_TASK:_ A single number is required: how many lines in the data below contain "with".

.....

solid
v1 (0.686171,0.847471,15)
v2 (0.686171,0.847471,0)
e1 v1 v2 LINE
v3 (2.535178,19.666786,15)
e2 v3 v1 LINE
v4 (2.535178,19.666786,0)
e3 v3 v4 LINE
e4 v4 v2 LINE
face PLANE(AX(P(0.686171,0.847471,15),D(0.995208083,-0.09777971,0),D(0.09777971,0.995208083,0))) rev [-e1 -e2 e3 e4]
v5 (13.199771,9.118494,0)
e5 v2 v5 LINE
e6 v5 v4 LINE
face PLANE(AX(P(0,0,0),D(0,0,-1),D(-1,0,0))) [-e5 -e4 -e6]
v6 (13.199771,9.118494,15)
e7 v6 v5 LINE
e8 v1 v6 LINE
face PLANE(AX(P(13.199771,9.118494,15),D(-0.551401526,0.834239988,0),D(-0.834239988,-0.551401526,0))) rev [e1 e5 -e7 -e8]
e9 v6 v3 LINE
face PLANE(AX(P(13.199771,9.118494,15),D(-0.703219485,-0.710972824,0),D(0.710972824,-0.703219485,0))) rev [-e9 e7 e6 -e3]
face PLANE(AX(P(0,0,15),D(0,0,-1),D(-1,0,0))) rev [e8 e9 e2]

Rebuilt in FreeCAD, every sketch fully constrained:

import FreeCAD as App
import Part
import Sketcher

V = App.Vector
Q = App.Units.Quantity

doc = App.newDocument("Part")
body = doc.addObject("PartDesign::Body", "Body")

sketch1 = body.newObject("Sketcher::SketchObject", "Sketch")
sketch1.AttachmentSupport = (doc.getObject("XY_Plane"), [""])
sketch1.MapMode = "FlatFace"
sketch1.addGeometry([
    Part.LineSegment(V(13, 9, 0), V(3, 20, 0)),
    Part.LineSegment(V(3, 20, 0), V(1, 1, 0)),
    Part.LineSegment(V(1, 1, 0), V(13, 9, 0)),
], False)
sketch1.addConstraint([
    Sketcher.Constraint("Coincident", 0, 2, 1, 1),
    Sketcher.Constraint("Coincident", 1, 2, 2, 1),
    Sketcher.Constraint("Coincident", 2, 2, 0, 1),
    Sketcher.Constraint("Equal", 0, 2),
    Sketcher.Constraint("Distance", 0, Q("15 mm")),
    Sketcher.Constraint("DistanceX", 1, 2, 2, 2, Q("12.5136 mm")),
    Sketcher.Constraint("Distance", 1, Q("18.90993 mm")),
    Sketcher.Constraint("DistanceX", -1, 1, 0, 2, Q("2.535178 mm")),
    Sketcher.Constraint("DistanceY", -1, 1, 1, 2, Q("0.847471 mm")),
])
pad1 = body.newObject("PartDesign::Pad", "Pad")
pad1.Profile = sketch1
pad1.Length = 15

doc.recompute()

.....

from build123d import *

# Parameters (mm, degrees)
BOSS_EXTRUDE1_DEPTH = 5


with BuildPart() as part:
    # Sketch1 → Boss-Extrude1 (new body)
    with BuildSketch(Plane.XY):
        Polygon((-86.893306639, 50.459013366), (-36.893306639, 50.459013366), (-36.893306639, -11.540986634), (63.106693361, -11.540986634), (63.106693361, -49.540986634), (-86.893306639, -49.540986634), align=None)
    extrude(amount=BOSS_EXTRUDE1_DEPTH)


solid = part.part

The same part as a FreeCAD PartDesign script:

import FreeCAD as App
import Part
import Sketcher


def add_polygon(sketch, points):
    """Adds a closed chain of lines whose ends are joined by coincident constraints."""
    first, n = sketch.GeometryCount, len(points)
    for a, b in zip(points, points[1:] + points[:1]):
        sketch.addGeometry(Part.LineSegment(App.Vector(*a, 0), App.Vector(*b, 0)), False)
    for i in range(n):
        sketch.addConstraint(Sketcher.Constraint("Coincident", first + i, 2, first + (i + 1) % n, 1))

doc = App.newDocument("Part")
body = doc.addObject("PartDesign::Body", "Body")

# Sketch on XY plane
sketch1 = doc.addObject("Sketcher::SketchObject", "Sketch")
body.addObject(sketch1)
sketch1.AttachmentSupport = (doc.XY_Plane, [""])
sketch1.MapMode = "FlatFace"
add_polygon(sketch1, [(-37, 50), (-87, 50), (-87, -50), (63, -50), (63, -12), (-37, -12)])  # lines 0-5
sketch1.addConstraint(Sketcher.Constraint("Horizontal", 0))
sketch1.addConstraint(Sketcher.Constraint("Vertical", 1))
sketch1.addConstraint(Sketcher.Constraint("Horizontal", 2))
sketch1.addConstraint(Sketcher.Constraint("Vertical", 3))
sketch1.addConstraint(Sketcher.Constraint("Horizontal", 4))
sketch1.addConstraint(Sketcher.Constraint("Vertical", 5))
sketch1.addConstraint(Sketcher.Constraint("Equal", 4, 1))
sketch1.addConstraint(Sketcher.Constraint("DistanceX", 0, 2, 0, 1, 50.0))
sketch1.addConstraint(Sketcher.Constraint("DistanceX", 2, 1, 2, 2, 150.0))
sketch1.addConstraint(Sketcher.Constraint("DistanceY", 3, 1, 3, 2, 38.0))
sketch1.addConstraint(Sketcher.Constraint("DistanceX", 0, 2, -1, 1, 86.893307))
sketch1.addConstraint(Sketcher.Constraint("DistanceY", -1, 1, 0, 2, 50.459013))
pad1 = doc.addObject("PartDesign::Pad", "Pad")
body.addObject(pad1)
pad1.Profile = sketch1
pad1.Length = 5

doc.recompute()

.....

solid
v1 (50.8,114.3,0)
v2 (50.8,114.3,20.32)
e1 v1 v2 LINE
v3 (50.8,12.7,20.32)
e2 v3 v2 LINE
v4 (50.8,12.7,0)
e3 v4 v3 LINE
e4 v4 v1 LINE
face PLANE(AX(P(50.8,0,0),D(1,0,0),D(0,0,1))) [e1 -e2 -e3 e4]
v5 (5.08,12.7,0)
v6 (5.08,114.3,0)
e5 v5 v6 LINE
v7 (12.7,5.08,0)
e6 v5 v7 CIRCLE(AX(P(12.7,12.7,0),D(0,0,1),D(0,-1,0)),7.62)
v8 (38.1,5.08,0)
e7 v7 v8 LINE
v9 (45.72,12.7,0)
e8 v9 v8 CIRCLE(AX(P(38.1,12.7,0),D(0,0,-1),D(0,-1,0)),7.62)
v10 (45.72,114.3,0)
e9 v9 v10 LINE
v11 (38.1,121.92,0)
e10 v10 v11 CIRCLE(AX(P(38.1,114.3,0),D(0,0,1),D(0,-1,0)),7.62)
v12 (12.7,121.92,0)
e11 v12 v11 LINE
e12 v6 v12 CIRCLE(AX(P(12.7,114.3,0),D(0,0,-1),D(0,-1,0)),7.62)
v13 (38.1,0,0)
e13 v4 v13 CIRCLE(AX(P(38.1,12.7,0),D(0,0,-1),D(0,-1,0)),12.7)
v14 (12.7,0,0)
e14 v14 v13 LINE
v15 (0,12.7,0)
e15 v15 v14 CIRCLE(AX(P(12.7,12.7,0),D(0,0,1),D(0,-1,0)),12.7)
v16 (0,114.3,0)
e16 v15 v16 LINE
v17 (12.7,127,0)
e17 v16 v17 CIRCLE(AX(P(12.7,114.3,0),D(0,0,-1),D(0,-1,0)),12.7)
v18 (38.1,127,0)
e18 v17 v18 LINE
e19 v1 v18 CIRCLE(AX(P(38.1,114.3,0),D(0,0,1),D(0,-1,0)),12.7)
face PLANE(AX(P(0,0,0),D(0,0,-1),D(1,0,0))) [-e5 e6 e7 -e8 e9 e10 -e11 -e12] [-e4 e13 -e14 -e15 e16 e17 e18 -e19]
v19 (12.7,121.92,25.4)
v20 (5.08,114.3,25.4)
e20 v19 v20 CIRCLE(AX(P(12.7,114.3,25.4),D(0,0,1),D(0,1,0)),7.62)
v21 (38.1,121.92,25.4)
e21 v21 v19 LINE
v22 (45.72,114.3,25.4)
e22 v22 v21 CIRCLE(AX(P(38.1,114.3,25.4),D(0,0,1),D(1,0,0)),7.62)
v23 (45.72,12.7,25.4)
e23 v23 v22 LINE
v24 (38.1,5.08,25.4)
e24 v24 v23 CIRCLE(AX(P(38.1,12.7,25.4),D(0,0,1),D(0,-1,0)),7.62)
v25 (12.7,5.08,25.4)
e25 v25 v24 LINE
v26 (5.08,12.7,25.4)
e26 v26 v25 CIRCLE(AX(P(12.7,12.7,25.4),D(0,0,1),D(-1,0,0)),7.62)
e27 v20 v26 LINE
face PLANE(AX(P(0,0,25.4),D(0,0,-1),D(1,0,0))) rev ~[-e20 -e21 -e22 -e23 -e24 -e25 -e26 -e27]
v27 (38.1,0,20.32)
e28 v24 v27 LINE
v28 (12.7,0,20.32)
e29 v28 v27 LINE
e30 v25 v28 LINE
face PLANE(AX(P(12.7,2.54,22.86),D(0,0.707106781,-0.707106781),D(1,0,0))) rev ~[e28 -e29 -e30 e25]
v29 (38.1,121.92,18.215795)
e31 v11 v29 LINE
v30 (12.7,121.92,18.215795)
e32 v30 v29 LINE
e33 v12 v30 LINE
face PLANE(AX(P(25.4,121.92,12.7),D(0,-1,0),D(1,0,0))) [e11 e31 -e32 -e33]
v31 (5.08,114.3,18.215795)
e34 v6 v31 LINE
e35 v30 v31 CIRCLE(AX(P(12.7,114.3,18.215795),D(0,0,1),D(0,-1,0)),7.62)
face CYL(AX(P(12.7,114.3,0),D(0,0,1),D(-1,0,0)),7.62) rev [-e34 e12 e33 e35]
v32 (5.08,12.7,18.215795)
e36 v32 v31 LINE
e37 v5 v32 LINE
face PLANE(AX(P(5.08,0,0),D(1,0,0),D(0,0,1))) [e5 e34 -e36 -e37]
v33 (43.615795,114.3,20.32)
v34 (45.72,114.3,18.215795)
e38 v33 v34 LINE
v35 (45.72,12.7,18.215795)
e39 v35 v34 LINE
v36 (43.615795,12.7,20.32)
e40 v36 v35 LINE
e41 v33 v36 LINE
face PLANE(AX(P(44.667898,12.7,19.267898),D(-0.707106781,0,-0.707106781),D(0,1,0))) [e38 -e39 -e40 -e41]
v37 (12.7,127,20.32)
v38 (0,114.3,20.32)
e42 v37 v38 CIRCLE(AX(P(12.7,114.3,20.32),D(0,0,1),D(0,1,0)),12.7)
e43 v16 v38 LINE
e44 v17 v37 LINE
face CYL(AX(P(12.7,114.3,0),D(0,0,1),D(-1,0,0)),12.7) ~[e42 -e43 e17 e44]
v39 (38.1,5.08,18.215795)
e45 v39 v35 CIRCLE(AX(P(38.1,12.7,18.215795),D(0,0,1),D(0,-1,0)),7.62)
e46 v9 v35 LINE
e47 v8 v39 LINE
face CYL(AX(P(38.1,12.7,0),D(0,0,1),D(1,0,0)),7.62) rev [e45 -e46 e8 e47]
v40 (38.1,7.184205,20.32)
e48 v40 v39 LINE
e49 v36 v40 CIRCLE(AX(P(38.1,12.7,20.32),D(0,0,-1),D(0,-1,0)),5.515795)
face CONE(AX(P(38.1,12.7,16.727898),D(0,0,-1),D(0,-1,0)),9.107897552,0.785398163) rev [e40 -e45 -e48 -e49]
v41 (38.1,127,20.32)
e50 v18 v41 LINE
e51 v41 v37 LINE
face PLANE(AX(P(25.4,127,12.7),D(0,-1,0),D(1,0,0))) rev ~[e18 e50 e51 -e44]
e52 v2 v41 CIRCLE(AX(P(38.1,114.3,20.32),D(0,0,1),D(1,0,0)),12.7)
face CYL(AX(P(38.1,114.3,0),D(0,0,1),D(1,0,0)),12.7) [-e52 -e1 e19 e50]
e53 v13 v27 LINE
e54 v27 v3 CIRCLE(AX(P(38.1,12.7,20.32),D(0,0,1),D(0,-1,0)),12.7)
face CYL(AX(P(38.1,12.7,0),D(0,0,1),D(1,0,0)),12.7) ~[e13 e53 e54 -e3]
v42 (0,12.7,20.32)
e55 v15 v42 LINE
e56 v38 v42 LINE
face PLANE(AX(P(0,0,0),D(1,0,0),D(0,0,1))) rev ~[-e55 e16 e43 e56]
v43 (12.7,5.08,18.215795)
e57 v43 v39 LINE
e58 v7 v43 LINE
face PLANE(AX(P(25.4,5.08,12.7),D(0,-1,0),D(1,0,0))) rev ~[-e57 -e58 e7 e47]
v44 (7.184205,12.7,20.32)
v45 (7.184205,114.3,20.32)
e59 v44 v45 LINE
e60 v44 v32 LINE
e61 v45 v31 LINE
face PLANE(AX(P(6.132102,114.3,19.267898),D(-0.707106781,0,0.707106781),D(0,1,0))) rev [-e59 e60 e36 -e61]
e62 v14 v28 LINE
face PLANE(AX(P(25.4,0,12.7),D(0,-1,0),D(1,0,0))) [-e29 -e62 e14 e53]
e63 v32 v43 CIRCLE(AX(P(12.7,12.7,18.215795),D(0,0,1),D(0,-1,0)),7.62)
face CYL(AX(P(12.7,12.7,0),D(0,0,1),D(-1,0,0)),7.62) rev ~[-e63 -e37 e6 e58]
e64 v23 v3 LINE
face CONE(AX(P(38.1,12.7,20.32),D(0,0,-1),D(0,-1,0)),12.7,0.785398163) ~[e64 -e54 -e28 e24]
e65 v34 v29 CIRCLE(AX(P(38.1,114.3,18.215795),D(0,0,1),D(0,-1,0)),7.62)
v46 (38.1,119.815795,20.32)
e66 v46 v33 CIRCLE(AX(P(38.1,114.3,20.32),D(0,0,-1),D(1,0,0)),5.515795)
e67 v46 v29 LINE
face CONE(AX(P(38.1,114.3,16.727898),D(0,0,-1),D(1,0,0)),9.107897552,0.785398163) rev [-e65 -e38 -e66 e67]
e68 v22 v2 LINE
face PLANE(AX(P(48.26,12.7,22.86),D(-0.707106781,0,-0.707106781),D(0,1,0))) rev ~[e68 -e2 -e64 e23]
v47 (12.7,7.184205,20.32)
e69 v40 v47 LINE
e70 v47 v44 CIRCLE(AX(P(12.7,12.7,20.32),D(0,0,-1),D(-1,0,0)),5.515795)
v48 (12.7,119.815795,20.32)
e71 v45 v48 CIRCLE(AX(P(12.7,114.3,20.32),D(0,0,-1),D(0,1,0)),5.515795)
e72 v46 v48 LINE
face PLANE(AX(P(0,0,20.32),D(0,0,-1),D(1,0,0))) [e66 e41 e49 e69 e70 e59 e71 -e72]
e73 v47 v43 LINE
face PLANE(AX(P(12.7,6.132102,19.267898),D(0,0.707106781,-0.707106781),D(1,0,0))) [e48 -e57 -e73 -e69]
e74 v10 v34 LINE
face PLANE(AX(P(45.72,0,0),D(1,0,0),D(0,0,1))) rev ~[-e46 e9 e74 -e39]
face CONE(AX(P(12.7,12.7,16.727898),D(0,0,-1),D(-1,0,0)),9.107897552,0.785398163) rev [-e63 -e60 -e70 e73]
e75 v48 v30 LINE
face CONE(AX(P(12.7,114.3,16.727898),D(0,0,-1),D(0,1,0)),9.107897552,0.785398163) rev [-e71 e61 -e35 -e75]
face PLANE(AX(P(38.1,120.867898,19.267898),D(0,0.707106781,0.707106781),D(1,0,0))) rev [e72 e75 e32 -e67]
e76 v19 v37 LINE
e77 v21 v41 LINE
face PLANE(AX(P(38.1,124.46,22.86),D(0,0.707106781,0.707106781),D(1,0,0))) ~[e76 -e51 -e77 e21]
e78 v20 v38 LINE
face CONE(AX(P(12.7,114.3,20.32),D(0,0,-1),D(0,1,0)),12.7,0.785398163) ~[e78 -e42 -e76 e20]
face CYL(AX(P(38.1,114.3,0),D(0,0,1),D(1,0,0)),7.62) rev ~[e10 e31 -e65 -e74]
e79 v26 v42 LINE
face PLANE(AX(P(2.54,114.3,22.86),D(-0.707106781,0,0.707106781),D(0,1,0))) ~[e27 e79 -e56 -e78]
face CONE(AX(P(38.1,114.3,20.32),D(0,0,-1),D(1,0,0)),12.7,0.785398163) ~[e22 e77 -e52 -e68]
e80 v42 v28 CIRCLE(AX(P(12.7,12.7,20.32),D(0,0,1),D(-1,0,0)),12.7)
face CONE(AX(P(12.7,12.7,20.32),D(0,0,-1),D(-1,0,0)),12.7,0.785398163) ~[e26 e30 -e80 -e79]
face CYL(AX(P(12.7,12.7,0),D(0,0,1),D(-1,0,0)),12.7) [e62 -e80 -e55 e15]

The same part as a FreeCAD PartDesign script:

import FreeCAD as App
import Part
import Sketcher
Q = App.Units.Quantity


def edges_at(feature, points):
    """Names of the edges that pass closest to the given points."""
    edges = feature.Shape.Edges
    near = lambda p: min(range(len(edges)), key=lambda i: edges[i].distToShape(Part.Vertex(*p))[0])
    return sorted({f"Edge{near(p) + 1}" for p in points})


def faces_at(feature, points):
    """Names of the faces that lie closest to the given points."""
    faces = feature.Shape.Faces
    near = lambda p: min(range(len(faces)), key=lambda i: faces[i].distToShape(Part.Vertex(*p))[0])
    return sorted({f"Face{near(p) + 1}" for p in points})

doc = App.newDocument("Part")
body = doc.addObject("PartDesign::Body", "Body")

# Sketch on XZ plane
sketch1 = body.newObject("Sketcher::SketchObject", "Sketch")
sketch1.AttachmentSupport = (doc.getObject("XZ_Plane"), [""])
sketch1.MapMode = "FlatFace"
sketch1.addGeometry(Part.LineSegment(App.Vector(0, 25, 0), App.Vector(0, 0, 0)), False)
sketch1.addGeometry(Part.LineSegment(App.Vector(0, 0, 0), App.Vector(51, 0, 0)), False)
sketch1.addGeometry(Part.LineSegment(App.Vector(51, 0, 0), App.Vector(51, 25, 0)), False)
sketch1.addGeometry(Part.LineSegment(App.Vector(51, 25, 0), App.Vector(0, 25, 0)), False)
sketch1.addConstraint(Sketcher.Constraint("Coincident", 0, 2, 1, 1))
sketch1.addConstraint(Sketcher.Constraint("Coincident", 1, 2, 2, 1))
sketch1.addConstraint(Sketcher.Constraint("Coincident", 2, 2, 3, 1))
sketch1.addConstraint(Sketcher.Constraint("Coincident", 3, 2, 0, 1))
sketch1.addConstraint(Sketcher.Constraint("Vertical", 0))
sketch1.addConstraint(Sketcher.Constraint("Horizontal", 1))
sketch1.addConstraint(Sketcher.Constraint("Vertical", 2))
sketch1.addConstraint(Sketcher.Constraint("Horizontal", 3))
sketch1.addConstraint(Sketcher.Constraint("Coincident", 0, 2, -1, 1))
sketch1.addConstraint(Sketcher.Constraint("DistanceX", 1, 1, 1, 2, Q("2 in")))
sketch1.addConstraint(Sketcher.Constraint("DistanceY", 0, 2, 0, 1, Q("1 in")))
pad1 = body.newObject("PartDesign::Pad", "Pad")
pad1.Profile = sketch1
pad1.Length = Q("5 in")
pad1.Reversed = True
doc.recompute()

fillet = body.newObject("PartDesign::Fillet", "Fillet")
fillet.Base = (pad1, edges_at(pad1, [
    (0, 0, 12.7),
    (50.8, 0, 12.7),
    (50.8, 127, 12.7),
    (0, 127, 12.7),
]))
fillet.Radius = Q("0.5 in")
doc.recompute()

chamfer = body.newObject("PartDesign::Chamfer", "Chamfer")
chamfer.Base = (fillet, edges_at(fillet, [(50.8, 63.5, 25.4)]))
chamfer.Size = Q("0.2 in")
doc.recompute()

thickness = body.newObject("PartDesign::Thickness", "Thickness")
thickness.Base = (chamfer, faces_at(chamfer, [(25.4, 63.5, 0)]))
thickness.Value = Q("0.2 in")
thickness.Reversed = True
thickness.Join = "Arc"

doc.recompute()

.....

_TASK RESPONSE:_ 2